# battery question



## mymodeltrain (May 14, 2013)

I am searching for battery for my design, I saw this type of battery online, 7.2 Volt 1500 mAh NiCD Battery. I wonder how long would it last, for my Piko locomotive 0-6-0 with a head lamp ? Usually, Piko locomotives run well at 7-9 volts.


----------



## BigRedOne (Dec 13, 2012)

Do you know the current draw of your locomotive?

That battery is rated at 1.5 amp-hours, which means if the draw is one amp, it will last about 1.5 hours (or less, once performance degrades.)

My LGB Stainz draws a bit less than one amp.

I do think that battery is both lower voltage, and less capacity, than is customary for battery power in G scale.


----------



## mymodeltrain (May 14, 2013)

Do you know the current draw of your locomotive?


I will measure tonight and let you know.
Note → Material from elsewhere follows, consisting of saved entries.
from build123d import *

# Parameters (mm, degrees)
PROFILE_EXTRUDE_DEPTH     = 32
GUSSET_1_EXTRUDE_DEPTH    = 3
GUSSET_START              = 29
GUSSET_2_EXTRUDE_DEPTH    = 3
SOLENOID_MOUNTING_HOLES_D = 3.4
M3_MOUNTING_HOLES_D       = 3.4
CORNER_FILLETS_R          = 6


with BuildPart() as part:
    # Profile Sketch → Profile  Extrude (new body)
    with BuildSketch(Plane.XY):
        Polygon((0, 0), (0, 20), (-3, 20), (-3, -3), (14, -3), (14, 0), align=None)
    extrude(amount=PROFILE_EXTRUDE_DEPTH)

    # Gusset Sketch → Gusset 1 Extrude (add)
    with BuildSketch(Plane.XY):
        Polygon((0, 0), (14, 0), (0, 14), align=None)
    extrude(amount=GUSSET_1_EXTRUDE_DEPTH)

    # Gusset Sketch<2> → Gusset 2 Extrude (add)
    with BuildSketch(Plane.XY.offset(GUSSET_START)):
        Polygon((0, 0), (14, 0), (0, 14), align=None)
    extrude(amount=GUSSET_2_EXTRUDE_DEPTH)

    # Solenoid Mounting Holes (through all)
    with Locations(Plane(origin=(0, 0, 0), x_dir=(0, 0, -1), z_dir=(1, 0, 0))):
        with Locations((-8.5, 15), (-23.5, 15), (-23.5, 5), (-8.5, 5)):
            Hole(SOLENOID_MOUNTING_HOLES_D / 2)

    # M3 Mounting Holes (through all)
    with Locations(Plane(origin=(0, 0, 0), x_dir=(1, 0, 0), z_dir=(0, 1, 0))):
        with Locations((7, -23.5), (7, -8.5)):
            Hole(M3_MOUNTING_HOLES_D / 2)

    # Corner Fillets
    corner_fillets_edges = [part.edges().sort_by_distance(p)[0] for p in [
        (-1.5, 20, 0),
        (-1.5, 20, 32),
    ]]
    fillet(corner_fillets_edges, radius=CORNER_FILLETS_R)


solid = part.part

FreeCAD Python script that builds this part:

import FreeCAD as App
import Part
import Sketcher
Q = App.Units.Quantity


def edges_at(feature, points):
    """Names of the edges that pass closest to the given points."""
    edges = feature.Shape.Edges
    near = lambda p: min(range(len(edges)), key=lambda i: edges[i].distToShape(Part.Vertex(*p))[0])
    return sorted({f"Edge{near(p) + 1}" for p in points})


def add_polygon(sketch, points):
    """Adds a closed chain of lines whose ends are joined by coincident constraints."""
    first, n = sketch.GeometryCount, len(points)
    for a, b in zip(points, points[1:] + points[:1]):
        sketch.addGeometry(Part.LineSegment(App.Vector(*a, 0), App.Vector(*b, 0)), False)
    for i in range(n):
        sketch.addConstraint(Sketcher.Constraint("Coincident", first + i, 2, first + (i + 1) % n, 1))

doc = App.newDocument("Part")
params = doc.addObject("Spreadsheet::Sheet", "Params")
for row, (alias, value) in enumerate([
    ("sketch1_width", "3 mm"),
    ("sketch1_width2", "17 mm"),
    ("sketch1_height", "20 mm"),
    ("pad1_length", "32 mm"),
    ("sketch2_width", "14 mm"),
    ("pad2_length", "3 mm"),
    ("sketch3_width", "14 mm"),
    ("pad3_length", "3 mm"),
    ("sketch4_diameter", "3.4 mm"),
    ("hole_diameter", "3.4 mm"),
    ("sketch5_diameter", "3.4 mm"),
    ("hole2_diameter", "3.4 mm"),
    ("fillet_radius", "6 mm"),
], start=1):
    params.set(f"A{row}", alias)
    params.set(f"B{row}", "=" + value)
    params.setAlias(f"B{row}", alias)

body = doc.addObject("PartDesign::Body", "Body")

sketch1 = doc.addObject("Sketcher::SketchObject", "Sketch")
body.addObject(sketch1)
sketch1.AttachmentSupport = (doc.XY_Plane, [""])
sketch1.MapMode = "FlatFace"
add_polygon(sketch1, [(0, 0), (0, 20), (-3, 20), (-3, -3), (14, -3), (14, 0)])
sketch1.addConstraint([
    Sketcher.Constraint("Vertical", 0),
    Sketcher.Constraint("Horizontal", 1),
    Sketcher.Constraint("Vertical", 2),
    Sketcher.Constraint("Horizontal", 3),
    Sketcher.Constraint("Vertical", 4),
    Sketcher.Constraint("Horizontal", 5),
    Sketcher.Constraint("Coincident", 5, 2, -1, 1),
    Sketcher.Constraint("Equal", 1, 4),
    Sketcher.Constraint("DistanceX", 1, 2, 1, 1, Q("3 mm")),
    Sketcher.Constraint("DistanceX", 3, 1, 3, 2, Q("17 mm")),
    Sketcher.Constraint("DistanceY", 0, 1, 0, 2, Q("20 mm")),
])
sketch1.setExpression("Constraints[14]", "Params.sketch1_width")
sketch1.setExpression("Constraints[15]", "Params.sketch1_width2")
sketch1.setExpression("Constraints[16]", "Params.sketch1_height")
pad1 = doc.addObject("PartDesign::Pad", "Pad")
body.addObject(pad1)
pad1.Profile = sketch1
pad1.setExpression("Length", "Params.pad1_length")

sketch2 = doc.addObject("Sketcher::SketchObject", "Sketch001")
body.addObject(sketch2)
sketch2.AttachmentSupport = (doc.XY_Plane, [""])
sketch2.MapMode = "FlatFace"
add_polygon(sketch2, [(0, 0), (14, 0), (0, 14)])
sketch2.addConstraint([
    Sketcher.Constraint("Horizontal", 0),
    Sketcher.Constraint("Vertical", 2),
    Sketcher.Constraint("Coincident", 2, 2, -1, 1),
    Sketcher.Constraint("Equal", 0, 2),
    Sketcher.Constraint("DistanceX", 0, 1, 0, 2, Q("14 mm")),
])
sketch2.setExpression("Constraints[7]", "Params.sketch2_width")
pad2 = doc.addObject("PartDesign::Pad", "Pad001")
body.addObject(pad2)
pad2.Profile = sketch2
pad2.setExpression("Length", "Params.pad2_length")

sketch3 = doc.addObject("Sketcher::SketchObject", "Sketch002")
body.addObject(sketch3)
sketch3.AttachmentSupport = (doc.XY_Plane, [""])
sketch3.MapMode = "FlatFace"
sketch3.AttachmentOffset = App.Placement(App.Vector(0, 0, 29), App.Rotation())
add_polygon(sketch3, [(0, 0), (14, 0), (0, 14)])
sketch3.addConstraint([
    Sketcher.Constraint("Horizontal", 0),
    Sketcher.Constraint("Vertical", 2),
    Sketcher.Constraint("Coincident", 2, 2, -1, 1),
    Sketcher.Constraint("Equal", 0, 2),
    Sketcher.Constraint("DistanceX", 0, 1, 0, 2, Q("14 mm")),
])
sketch3.setExpression("Constraints[7]", "Params.sketch3_width")
pad3 = doc.addObject("PartDesign::Pad", "Pad002")
body.addObject(pad3)
pad3.Profile = sketch3
pad3.setExpression("Length", "Params.pad3_length")

sketch4 = doc.addObject("Sketcher::SketchObject", "Sketch003")
body.addObject(sketch4)
sketch4.AttachmentSupport = (doc.YZ_Plane, [""])
sketch4.MapMode = "FlatFace"
sketch4.addGeometry([
    Part.Circle(App.Vector(15, 8.5, 0), App.Vector(0, 0, 1), 1.7),
    Part.Circle(App.Vector(15, 23.5, 0), App.Vector(0, 0, 1), 1.7),
    Part.Circle(App.Vector(5, 23.5, 0), App.Vector(0, 0, 1), 1.7),
    Part.Circle(App.Vector(5, 8.5, 0), App.Vector(0, 0, 1), 1.7),
], False)
sketch4.addConstraint([
    Sketcher.Constraint("Equal", 0, 1),
    Sketcher.Constraint("Equal", 1, 2),
    Sketcher.Constraint("Equal", 2, 3),
    Sketcher.Constraint("Horizontal", 1, 3, 2, 3),
    Sketcher.Constraint("Horizontal", 0, 3, 3, 3),
    Sketcher.Constraint("Vertical", 0, 3, 1, 3),
    Sketcher.Constraint("Vertical", 2, 3, 3, 3),
    Sketcher.Constraint("Diameter", 0, Q("3.4 mm")),
    Sketcher.Constraint("DistanceX", -1, 1, 0, 3, Q("15 mm")),
    Sketcher.Constraint("DistanceX", -1, 1, 2, 3, Q("5 mm")),
    Sketcher.Constraint("DistanceY", 0, 3, 1, 3, Q("15 mm")),
    Sketcher.Constraint("DistanceY", -1, 1, 0, 3, Q("8.5 mm")),
])
sketch4.setExpression("Constraints[7]", "Params.sketch4_diameter")
doc.recompute()
hole = doc.addObject("PartDesign::Hole", "Hole")
body.addObject(hole)
hole.Profile = sketch4
hole.ThreadType = "None"
hole.setExpression("Diameter", "Params.hole_diameter")
hole.DepthType = "ThroughAll"

sketch5 = doc.addObject("Sketcher::SketchObject", "Sketch004")
body.addObject(sketch5)
sketch5.AttachmentSupport = (doc.XZ_Plane, [""])
sketch5.MapMode = "FlatFace"
sketch5.addGeometry([
    Part.Circle(App.Vector(7, 23.5, 0), App.Vector(0, 0, 1), 1.7),
    Part.Circle(App.Vector(7, 8.5, 0), App.Vector(0, 0, 1), 1.7),
], False)
sketch5.addConstraint([
    Sketcher.Constraint("Equal", 0, 1),
    Sketcher.Constraint("Vertical", 0, 3, 1, 3),
    Sketcher.Constraint("Diameter", 0, Q("3.4 mm")),
    Sketcher.Constraint("DistanceX", -1, 1, 0, 3, Q("7 mm")),
    Sketcher.Constraint("DistanceY", 1, 3, 0, 3, Q("15 mm")),
    Sketcher.Constraint("DistanceY", -1, 1, 0, 3, Q("23.5 mm")),
])
sketch5.setExpression("Constraints[2]", "Params.sketch5_diameter")
doc.recompute()
hole2 = doc.addObject("PartDesign::Hole", "Hole001")
body.addObject(hole2)
hole2.Profile = sketch5
hole2.ThreadType = "None"
hole2.setExpression("Diameter", "Params.hole2_diameter")
hole2.DepthType = "ThroughAll"
hole2.Reversed = True
doc.recompute()

fillet = doc.addObject("PartDesign::Fillet", "Fillet")
body.addObject(fillet)
fillet.Base = (hole2, edges_at(hole2, [(-1.5, 20, 0), (-1.5, 20, 32)]))
fillet.setExpression("Radius", "Params.fillet_radius")

doc.recompute()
Is there any compact rechargeable battery allows me to run 4 hours.


----------



## BigRedOne (Dec 13, 2012)

I think you'd want something in the 4 to 5 amp-hour range, assuming your locomotive's current draw is similar to my Stainz.

Also, I don't think it is safe to assume a battery rated at a specific voltage will provide the same speed as a measured voltage off the power supply. Do you have a way to test the battery? 7.2 volt, 1,500 mAh is common in the R/C car world.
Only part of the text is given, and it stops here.